Saturday, December 13, 2014
Friends Who are Moody
One clue that a person is toxic is that they're not even tempered. This is a bad sign when you're just getting to know someone. Despite the newness of the relationship, you feel as if you have to be careful not to say the wrong thing.
Everyone has their off days. Mature people are able to put whatever's bothering them into a mental box. This enables them to act politely toward other people, regardless of their own disappointments or upsets. However, people with personality disorders aren't always able to do this. Under stress, their true character shines through.
If someone doesn't hold you in high enough regard to at least treat you with civility, then you might want to take stock of this "friendship." Perhaps, it's not what you imagined it to be. Of course, everyone has a bad day. If you've known someone for a long time, and they're a trusted friend, you can cut them a lot more slack.

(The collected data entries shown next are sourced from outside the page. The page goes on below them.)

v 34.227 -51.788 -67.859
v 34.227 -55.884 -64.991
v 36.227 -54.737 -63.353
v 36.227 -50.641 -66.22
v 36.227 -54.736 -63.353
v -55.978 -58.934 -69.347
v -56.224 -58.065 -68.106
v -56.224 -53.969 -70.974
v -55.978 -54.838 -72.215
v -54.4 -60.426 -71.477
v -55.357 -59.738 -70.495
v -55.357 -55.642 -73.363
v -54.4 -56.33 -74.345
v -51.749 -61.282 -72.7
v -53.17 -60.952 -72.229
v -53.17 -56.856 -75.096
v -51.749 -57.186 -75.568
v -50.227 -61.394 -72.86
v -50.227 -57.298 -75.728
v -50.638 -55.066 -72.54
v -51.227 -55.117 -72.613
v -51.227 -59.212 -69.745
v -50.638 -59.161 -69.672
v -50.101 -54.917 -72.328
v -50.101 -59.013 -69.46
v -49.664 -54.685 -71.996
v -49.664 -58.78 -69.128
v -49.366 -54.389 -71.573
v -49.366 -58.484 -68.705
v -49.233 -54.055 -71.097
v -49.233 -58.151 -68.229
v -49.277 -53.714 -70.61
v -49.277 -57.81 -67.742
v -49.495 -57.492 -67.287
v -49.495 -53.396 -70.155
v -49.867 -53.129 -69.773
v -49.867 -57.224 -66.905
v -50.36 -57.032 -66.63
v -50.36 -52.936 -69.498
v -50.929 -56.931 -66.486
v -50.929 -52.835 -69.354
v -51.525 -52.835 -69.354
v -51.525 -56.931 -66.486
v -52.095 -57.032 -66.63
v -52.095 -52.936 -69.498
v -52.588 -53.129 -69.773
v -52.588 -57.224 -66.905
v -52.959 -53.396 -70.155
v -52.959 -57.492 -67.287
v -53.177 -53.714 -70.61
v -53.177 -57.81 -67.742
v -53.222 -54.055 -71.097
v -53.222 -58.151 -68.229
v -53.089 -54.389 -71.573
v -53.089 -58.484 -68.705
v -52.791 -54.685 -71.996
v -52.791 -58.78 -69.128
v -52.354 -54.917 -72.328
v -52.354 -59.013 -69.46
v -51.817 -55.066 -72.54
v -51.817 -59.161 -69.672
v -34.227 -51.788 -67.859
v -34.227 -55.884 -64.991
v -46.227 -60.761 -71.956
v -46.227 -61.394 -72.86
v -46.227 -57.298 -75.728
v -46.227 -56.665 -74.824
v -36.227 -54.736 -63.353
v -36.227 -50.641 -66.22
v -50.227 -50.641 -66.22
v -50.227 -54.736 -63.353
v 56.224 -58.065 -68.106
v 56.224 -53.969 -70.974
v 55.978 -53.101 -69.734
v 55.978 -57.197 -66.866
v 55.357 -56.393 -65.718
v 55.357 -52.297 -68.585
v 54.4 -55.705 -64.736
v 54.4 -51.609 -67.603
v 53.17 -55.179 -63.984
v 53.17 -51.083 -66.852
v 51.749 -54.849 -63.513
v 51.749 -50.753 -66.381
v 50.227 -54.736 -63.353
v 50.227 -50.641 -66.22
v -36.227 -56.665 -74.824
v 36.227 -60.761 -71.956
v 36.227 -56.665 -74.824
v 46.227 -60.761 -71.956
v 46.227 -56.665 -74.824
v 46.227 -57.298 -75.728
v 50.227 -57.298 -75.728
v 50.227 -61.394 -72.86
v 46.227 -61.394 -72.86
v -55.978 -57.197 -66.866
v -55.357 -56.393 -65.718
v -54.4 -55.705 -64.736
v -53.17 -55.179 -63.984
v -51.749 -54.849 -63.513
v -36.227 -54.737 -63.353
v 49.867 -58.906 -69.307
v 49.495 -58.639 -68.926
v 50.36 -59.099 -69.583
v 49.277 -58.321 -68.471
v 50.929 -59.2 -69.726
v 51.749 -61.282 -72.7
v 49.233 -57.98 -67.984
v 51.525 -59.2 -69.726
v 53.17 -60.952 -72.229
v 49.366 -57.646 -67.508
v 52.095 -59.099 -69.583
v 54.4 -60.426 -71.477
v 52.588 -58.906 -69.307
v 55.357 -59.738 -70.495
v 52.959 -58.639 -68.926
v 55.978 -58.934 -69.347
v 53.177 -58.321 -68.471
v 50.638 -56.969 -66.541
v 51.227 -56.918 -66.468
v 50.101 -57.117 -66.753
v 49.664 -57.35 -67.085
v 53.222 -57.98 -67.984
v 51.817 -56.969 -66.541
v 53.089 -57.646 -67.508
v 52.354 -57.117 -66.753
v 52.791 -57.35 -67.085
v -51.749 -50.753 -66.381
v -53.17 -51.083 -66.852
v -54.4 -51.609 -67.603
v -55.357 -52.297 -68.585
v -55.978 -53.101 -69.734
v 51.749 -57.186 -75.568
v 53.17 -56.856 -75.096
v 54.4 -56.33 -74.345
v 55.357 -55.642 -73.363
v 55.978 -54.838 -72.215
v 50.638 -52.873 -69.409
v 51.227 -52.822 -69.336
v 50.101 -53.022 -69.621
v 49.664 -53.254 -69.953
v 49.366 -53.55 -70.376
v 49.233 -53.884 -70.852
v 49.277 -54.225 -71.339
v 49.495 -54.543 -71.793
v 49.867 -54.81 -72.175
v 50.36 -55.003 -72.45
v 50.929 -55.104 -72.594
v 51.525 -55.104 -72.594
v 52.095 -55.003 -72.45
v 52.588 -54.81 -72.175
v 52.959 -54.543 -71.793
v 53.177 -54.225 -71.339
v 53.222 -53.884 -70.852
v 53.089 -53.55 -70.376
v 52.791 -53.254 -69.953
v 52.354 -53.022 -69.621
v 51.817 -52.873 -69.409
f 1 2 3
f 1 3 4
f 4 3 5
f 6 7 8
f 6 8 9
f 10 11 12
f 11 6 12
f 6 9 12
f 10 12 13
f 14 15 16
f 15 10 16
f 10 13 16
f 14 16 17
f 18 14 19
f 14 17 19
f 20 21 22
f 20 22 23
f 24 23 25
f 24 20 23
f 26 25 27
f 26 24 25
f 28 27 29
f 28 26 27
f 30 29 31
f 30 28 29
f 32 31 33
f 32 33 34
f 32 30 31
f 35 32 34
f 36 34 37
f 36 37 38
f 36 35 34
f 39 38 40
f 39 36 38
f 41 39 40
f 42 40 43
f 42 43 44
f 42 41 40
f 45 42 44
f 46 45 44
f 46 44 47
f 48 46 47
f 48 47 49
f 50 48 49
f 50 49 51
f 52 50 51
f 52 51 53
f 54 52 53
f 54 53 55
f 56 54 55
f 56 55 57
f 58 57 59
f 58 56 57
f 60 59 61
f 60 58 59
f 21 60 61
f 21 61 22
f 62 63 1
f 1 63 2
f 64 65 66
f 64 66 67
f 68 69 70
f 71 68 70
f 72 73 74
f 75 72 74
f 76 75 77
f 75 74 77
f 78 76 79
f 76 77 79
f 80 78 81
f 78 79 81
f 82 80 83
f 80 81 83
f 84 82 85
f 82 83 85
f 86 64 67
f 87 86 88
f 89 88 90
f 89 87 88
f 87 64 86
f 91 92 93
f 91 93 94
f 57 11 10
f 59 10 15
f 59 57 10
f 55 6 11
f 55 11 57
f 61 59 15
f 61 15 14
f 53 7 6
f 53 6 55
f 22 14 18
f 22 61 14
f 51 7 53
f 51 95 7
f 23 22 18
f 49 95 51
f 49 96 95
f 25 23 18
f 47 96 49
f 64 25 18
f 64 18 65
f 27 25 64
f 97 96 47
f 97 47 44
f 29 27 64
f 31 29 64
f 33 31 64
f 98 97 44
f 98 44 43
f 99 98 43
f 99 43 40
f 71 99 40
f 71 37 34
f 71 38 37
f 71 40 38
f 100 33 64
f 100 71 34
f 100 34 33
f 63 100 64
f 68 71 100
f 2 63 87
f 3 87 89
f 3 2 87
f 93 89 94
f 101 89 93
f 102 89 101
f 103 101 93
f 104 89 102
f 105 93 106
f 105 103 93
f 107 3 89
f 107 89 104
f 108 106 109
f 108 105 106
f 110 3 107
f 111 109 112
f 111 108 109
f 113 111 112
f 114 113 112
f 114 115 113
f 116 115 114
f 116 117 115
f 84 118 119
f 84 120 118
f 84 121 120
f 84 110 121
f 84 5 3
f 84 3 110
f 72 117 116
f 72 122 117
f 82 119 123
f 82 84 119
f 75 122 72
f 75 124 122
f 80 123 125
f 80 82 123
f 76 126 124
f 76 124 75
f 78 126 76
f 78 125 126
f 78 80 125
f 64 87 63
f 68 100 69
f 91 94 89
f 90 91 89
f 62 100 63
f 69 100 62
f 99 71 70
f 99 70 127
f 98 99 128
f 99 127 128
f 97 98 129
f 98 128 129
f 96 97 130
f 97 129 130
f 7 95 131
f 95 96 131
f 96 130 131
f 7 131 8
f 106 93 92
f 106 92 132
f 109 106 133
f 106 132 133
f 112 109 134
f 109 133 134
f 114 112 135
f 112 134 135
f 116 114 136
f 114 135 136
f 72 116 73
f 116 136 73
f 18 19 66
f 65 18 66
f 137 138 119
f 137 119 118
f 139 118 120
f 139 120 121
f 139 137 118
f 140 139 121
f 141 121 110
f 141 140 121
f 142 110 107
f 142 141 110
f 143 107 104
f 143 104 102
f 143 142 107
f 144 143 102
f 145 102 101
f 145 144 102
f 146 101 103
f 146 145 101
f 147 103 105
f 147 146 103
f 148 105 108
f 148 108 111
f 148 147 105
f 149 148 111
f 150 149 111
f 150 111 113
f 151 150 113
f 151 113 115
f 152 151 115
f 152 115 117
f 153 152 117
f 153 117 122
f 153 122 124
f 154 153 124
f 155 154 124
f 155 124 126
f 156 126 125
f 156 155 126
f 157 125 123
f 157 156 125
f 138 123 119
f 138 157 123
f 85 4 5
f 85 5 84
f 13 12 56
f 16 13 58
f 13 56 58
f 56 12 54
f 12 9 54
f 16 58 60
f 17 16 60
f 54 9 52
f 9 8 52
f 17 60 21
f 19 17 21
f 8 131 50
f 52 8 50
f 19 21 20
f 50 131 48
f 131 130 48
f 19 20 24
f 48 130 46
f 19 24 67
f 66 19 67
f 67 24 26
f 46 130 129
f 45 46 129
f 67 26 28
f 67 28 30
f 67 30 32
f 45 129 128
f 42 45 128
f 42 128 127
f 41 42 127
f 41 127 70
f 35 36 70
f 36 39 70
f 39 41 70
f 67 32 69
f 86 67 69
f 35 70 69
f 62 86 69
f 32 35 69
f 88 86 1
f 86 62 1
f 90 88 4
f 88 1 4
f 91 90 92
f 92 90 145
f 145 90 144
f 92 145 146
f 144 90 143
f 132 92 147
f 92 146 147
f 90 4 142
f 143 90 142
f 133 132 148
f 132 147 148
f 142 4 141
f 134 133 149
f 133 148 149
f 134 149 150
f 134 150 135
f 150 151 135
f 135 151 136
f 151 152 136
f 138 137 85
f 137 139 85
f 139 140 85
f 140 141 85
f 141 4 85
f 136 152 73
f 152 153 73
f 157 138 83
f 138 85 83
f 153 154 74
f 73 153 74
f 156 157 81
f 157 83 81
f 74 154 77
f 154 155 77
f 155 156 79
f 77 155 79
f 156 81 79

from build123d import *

# Parameters (mm, degrees)
SKETCH1_R             = 2
BOSS_EXTRUDE1_DEPTH   = 5
BOSS_EXTRUDE1_2_DEPTH = 5
SKETCH2_W             = 72.454585158
SKETCH2_H             = 8.503113073
BOSS_EXTRUDE2_DEPTH   = 5
CHAMFER1_SIZE         = 2
FILLET1_R             = 6


# Some blends are built 0.0001 mm under size
with BuildPart() as part:
    # Sketch1 → Boss-Extrude1 (new body)
    with BuildSketch(Plane(origin=(0, -2.867032155, 2.007517527), x_dir=(1, 0, 0), z_dir=(0, -0.8191520442889961, 0.5735764363510402))):
        Polygon((-56.227292579, -83.290902945), (-56.227292579, -94.897888962), (-46.227292579, -94.897888962), (-46.227292579, -93.794016018), (-36.227292579, -93.794016018), (-36.227292579, -83.290902945), align=None)
        with Locations(Location((-51.227292579, -89.094395953, 0), (0, 0, 270))):
            Circle(SKETCH1_R, mode=Mode.SUBTRACT)
    extrude(amount=BOSS_EXTRUDE1_DEPTH)



with BuildPart() as body_2:
    # Sketch1 → Boss-Extrude1 2 (new body)
    with BuildSketch(Plane(origin=(0, -2.867032155, 2.007517527), x_dir=(1, 0, 0), z_dir=(0, -0.8191520442889961, 0.5735764363510402))):
        Polygon((36.227292579, -83.290902945), (56.227292579, -83.290902945), (56.227292579, -94.897888962), (46.227292579, -94.897888962), (46.227292579, -93.794016018), (36.227292579, -93.794016018), align=None)
        with Locations(Location((51.227292579, -89.094395953, 0), (0, 0, 90))):
            Circle(SKETCH1_R, mode=Mode.SUBTRACT)
    extrude(amount=BOSS_EXTRUDE1_2_DEPTH)


with BuildPart() as part_1:
    add(part.part)

    add(body_2.part)  # Boss-Extrude2 merges body 2
    # Sketch2 → Boss-Extrude2 (add)
    with BuildSketch(Plane(origin=(0, -6.962792376, 4.875399709), x_dir=(1, 0, 0), z_dir=(0, -0.8191520442889959, 0.5735764363510404))):
        with Locations((0, -89.542459482)):
            Rectangle(SKETCH2_W, SKETCH2_H)
    extrude(amount=-BOSS_EXTRUDE2_DEPTH)

    # Chamfer1
    chamfer1_edges = [part_1.edges().sort_by_distance(p)[0] for p in [
        (36.227292579, -53.83576443, -66.424758888),
        (-36.227292579, -53.83576443, -66.424758888),
    ]]
    chamfer(chamfer1_edges, length=CHAMFER1_SIZE - 0.0001)  # a hair under: the kernel refuses the full size

    # Fillet1
    # the kernel refuses this fillet: 6 mm, written as the material it takes off along each edge
    with BuildSketch(Plane(origin=(56.227292579, -45.010944459, -84.33192876), x_dir=(1.184237892933516e-15, 0.5735764363510399, 0.819152044288996), z_dir=(0, -0.819152044288996, 0.57357643635104)), Plane(origin=(56.227292579, -38.353450782, -74.824042436), x_dir=(-1, 0, 0), z_dir=(0, -0.819152044288996, 0.57357643635104))) as fillet1_piece_1:
        with BuildLine():
            CenterArc((FILLET1_R, FILLET1_R), FILLET1_R, 180, 90)
            Line((0, FILLET1_R), (0, 0))
            Line((0, 0), (FILLET1_R, 0))
        make_face()
    extrude(amount=35, mode=Mode.SUBTRACT)
    with BuildSketch(Plane(origin=(-56.227292579, -38.353450782, -74.824042436), x_dir=(1, 0, 0), z_dir=(0, -0.819152044288996, 0.57357643635104)), Plane(origin=(-56.227292579, -45.010944459, -84.33192876), x_dir=(0, 0.57357643635104, 0.819152044288996), z_dir=(0, -0.819152044288996, 0.57357643635104))) as fillet1_piece_2:
        with BuildLine():
            CenterArc((FILLET1_R, -FILLET1_R), FILLET1_R, 90, 90)
            Line((0, -FILLET1_R), (0, 0))
            Line((0, 0), (FILLET1_R, 0))
        make_face()
    extrude(amount=35, mode=Mode.SUBTRACT)


solid = part_1.part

But someone you barely know, who wants to cultivate a relationship with you, shouldn't be lashing out, or acting angry or aloof. This indicates a lack of respect for you or poor self control, or, perhaps, a combination of both. Would you treat someone you cared about in this manner? Probably not.
Or, you may simply notice a friend or acquaintance runs hot and cold. You can't quite put your finger on whether this person is being rude or not. But you are left with a vague uncomfortable feeling. (Don't ignore this.)
This moodiness is to be taken seriously, especially if you know you've done nothing to offend them. If you like this person, you can try asking them what is wrong. If you don't get a satisfactory answer, definitely be careful. This means you should avoid entrusting this person with your secrets.
Oftentimes, the only early clues you are dealing with a covert narcissist are brief flashes of anger, or sudden moodiness. "Frenemies" aren't sure whether they love you or hate you. Usually, it's the latter. These are not people you need in your life.
True friends are approachable at all times. If something is bothering them, or they want more space, they tell you honestly. The relationship feels right. You feel comfortable.
Toxic "friendships" leave you with an icky feeling. They erode your confidence. So heed the warning signs.